Dataset excerpts:
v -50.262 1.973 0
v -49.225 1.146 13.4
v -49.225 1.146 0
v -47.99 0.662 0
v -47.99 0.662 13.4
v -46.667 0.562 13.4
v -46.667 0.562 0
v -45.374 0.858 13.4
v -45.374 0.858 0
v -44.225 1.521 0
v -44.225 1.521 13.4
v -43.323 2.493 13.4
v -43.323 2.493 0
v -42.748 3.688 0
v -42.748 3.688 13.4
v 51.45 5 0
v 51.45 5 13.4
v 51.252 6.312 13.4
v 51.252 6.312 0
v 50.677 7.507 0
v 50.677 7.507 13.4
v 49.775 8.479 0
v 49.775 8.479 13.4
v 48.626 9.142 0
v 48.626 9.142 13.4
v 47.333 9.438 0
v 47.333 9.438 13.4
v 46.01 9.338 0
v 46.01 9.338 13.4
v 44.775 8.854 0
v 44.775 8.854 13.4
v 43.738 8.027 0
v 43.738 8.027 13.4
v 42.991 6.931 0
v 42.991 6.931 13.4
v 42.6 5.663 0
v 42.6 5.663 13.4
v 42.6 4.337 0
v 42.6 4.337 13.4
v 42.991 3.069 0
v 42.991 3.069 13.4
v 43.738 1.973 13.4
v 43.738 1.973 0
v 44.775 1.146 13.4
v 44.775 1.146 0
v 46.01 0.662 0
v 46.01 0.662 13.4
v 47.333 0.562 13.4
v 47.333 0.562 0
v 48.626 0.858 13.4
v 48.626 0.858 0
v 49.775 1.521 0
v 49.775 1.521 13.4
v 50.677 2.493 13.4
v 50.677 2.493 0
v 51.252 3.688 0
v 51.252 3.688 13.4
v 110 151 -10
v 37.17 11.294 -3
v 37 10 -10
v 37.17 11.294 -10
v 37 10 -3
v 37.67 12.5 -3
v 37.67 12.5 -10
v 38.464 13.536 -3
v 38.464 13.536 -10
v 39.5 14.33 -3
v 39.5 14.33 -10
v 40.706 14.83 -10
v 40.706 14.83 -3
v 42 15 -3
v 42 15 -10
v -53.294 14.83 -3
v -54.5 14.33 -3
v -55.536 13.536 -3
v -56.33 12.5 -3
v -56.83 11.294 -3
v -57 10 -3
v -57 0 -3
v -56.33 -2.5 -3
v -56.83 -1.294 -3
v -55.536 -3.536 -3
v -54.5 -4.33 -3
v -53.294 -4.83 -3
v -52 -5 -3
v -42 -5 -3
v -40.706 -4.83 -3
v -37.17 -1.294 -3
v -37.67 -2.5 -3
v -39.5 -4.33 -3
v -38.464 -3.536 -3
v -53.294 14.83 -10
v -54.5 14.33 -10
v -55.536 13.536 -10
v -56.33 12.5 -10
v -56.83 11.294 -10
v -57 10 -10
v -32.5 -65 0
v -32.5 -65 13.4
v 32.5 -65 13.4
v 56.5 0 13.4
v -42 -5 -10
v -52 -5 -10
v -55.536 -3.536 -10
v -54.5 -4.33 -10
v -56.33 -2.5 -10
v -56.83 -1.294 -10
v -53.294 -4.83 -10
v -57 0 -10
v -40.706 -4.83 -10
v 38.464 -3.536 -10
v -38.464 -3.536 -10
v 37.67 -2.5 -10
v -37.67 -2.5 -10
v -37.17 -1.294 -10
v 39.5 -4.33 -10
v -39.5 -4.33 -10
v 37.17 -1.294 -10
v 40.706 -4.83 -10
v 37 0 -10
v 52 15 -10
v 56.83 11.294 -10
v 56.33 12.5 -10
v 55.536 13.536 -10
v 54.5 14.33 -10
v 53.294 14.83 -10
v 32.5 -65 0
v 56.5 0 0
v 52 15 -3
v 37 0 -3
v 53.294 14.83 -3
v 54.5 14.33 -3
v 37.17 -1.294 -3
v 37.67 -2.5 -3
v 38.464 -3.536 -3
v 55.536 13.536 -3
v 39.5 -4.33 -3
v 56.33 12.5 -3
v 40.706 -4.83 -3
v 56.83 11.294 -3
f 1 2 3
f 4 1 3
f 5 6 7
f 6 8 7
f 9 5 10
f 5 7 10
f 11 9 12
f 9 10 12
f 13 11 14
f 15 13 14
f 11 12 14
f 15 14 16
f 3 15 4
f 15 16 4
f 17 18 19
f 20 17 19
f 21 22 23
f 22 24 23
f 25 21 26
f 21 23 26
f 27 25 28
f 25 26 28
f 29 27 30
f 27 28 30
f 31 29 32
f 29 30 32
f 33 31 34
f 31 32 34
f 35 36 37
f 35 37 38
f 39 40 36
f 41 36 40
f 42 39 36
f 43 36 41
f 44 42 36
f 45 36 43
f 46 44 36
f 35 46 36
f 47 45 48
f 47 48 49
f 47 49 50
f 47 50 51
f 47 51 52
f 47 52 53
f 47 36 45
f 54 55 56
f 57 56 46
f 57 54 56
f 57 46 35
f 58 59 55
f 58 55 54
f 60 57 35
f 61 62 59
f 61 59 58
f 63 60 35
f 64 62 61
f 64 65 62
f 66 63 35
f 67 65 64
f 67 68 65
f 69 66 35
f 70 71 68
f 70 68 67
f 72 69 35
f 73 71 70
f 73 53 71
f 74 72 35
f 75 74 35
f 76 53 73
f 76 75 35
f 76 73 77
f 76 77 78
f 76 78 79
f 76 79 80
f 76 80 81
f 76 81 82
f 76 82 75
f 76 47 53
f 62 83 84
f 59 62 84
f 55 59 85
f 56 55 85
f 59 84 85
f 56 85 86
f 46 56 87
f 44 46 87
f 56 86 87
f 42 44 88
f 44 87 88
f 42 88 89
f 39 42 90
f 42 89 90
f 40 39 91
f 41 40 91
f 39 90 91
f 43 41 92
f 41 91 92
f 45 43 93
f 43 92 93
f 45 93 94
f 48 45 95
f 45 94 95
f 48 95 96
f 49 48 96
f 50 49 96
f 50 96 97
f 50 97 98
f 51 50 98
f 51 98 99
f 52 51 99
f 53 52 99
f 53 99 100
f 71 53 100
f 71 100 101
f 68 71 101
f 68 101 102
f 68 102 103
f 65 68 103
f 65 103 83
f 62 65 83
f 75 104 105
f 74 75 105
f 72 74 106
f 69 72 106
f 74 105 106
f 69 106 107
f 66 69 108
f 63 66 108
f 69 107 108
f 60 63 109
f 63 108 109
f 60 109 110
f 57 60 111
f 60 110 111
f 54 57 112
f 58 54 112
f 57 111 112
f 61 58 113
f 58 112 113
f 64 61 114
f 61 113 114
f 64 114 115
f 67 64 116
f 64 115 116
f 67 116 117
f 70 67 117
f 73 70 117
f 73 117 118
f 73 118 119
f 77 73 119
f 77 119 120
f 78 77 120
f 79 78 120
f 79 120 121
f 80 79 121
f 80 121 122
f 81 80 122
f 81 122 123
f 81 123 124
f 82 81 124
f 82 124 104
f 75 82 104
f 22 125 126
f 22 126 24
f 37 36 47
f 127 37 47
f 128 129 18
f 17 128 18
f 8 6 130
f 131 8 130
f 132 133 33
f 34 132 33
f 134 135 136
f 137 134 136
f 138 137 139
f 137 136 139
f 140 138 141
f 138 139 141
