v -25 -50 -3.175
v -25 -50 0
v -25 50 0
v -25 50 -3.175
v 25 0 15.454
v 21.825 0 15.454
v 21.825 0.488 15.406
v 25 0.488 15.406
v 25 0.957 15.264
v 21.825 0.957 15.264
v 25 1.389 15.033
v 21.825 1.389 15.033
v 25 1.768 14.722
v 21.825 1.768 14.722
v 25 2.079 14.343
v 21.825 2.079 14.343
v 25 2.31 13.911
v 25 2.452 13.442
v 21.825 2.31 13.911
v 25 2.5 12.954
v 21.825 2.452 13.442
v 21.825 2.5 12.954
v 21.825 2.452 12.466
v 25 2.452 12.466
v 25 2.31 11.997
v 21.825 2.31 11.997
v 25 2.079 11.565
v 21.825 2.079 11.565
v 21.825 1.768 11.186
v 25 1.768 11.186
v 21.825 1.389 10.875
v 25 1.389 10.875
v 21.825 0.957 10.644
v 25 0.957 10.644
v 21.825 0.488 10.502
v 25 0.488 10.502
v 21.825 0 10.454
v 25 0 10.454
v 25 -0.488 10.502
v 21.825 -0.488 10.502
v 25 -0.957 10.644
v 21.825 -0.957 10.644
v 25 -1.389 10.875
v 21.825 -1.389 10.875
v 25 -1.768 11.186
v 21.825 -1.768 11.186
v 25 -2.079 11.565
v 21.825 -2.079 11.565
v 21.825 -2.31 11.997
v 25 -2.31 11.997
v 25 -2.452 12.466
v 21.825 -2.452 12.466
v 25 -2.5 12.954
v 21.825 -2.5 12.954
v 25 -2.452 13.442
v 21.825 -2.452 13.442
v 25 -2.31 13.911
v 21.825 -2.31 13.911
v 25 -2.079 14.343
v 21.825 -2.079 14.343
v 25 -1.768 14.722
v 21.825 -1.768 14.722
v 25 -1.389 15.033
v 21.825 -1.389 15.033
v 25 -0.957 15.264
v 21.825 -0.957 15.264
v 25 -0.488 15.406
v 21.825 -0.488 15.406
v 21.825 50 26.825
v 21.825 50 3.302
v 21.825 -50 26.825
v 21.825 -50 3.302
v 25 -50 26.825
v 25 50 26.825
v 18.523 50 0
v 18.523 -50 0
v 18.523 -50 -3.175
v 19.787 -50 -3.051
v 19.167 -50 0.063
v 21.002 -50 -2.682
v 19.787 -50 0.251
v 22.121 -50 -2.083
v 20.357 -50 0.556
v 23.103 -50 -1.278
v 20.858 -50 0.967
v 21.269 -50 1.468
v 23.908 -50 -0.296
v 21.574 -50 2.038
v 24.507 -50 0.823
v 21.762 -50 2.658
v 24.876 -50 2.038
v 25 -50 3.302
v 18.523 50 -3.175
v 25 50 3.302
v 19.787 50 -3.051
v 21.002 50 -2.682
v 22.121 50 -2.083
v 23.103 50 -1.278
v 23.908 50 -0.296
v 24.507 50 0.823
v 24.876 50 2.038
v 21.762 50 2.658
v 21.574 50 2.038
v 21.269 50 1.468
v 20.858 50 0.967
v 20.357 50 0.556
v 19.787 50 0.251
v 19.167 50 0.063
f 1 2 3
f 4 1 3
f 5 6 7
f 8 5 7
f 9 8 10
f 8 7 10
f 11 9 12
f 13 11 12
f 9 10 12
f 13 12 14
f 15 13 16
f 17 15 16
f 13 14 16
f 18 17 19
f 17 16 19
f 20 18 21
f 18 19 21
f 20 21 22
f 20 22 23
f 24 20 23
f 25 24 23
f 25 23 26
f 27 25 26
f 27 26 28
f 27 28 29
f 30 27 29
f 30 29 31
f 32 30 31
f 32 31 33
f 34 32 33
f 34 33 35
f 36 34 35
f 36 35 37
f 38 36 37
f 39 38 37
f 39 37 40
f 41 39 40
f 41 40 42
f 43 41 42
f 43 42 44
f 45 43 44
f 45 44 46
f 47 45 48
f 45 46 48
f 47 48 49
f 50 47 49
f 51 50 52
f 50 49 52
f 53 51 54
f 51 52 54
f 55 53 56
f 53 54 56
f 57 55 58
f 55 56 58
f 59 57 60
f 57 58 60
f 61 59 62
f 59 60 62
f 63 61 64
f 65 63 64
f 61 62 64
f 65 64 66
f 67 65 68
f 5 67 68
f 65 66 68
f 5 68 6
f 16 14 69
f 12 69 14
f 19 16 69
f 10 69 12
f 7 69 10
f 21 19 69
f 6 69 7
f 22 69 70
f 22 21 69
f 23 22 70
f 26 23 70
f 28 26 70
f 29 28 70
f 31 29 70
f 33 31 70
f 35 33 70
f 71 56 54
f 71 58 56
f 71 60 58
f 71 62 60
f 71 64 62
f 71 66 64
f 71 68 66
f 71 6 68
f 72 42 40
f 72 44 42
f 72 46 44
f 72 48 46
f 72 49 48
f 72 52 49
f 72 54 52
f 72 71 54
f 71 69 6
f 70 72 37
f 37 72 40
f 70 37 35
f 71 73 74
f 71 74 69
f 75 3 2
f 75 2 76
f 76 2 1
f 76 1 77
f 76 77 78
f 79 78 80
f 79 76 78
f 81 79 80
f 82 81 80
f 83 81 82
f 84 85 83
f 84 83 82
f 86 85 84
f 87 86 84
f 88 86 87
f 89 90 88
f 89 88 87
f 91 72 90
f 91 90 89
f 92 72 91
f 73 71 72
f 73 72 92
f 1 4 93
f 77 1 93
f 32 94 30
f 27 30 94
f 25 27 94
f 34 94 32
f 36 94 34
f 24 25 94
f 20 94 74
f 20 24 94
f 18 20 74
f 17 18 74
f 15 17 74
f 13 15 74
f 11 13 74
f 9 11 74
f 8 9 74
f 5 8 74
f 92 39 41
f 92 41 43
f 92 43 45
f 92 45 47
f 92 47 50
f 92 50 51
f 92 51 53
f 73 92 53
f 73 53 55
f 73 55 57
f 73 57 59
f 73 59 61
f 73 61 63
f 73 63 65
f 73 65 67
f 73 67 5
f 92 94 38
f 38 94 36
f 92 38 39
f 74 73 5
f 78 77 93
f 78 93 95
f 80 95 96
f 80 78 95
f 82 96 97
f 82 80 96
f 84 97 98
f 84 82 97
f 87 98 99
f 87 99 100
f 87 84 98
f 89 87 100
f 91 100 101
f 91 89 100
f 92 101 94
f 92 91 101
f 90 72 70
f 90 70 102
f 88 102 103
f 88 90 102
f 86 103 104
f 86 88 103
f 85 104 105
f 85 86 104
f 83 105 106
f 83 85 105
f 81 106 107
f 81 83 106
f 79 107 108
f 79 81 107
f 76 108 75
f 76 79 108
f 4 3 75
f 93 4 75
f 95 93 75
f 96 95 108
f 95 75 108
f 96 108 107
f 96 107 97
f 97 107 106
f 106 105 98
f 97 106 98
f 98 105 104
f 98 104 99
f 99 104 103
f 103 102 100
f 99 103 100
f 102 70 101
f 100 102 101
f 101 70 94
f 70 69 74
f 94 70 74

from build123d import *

# Parameters (mm, degrees)
SKETCH1_W                    = 50
SKETCH1_H                    = 100
BASE_FLANGE2_DEPTH           = 3.175
EDGE_FLANGE1_STRIP_W         = 19.304
EDGE_FLANGE1_STRIP_H         = 3.175
EDGE_FLANGE1_STRIP_CUT_DEPTH = 100
EDGE_FLANGE1_DEPTH           = 100
F_5_0MM_DOWEL_HOLE1_D        = 5


# Sheet-metal steps are written as plain solids
with BuildPart() as part:
    # Sketch1 → Base-Flange2 (new body)
    with BuildSketch(Plane.XY):
        Rectangle(SKETCH1_W, SKETCH1_H)
    extrude(amount=-BASE_FLANGE2_DEPTH)

    # Edge-Flange1 strip (across the edge) → Edge-Flange1 strip cut (cut)
    with BuildSketch(Plane(origin=(25, -50, 0), x_dir=(-1, 0, 0), z_dir=(0, 1, 0))):
        with Locations((-3.175, -1.5875)):
            Rectangle(EDGE_FLANGE1_STRIP_W, EDGE_FLANGE1_STRIP_H)
    extrude(amount=EDGE_FLANGE1_STRIP_CUT_DEPTH, mode=Mode.SUBTRACT)

    # Edge-Flange1 section (across the edge) → Edge-Flange1 (add)
    with BuildSketch(Plane(origin=(25, -50, 0), x_dir=(-1, 0, 0), z_dir=(0, 1, 0))):
        with BuildLine():
            Line((0, 3.302), (0, 26.825))
            Line((0, 26.825), (3.175, 26.825))
            Line((3.175, 26.825), (3.175, 3.302))
            ThreePointArc((3.175, 3.302), (4.142133409, 0.967133409), (6.477, 0))
            Line((6.477, 0), (6.477, -3.175))
            ThreePointArc((6.477, -3.175), (1.897069378, -1.277930622), (0, 3.302))
        make_face()
    extrude(amount=EDGE_FLANGE1_DEPTH)

    # Ø5.0mm Dowel Hole1 (through all)
    with Locations(Plane(origin=(25, 0, 0), x_dir=(0, 0, -1), z_dir=(1, 0, 0))):
        with Locations((-12.954, 0)):
            Hole(F_5_0MM_DOWEL_HOLE1_D / 2)


solid = part.part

> TASK REQUIREMENTS:
Above are some records; copy exactly the lines from the one with "v 21.825 0.488 15.406" through the one with "v 25 2.452 12.466", both included, and no others.

> EXERCISE RESULT:
v 21.825 0.488 15.406
v 25 0.488 15.406
v 25 0.957 15.264
v 21.825 0.957 15.264
v 25 1.389 15.033
v 21.825 1.389 15.033
v 25 1.768 14.722
v 21.825 1.768 14.722
v 25 2.079 14.343
v 21.825 2.079 14.343
v 25 2.31 13.911
v 25 2.452 13.442
v 21.825 2.31 13.911
v 25 2.5 12.954
v 21.825 2.452 13.442
v 21.825 2.5 12.954
v 21.825 2.452 12.466
v 25 2.452 12.466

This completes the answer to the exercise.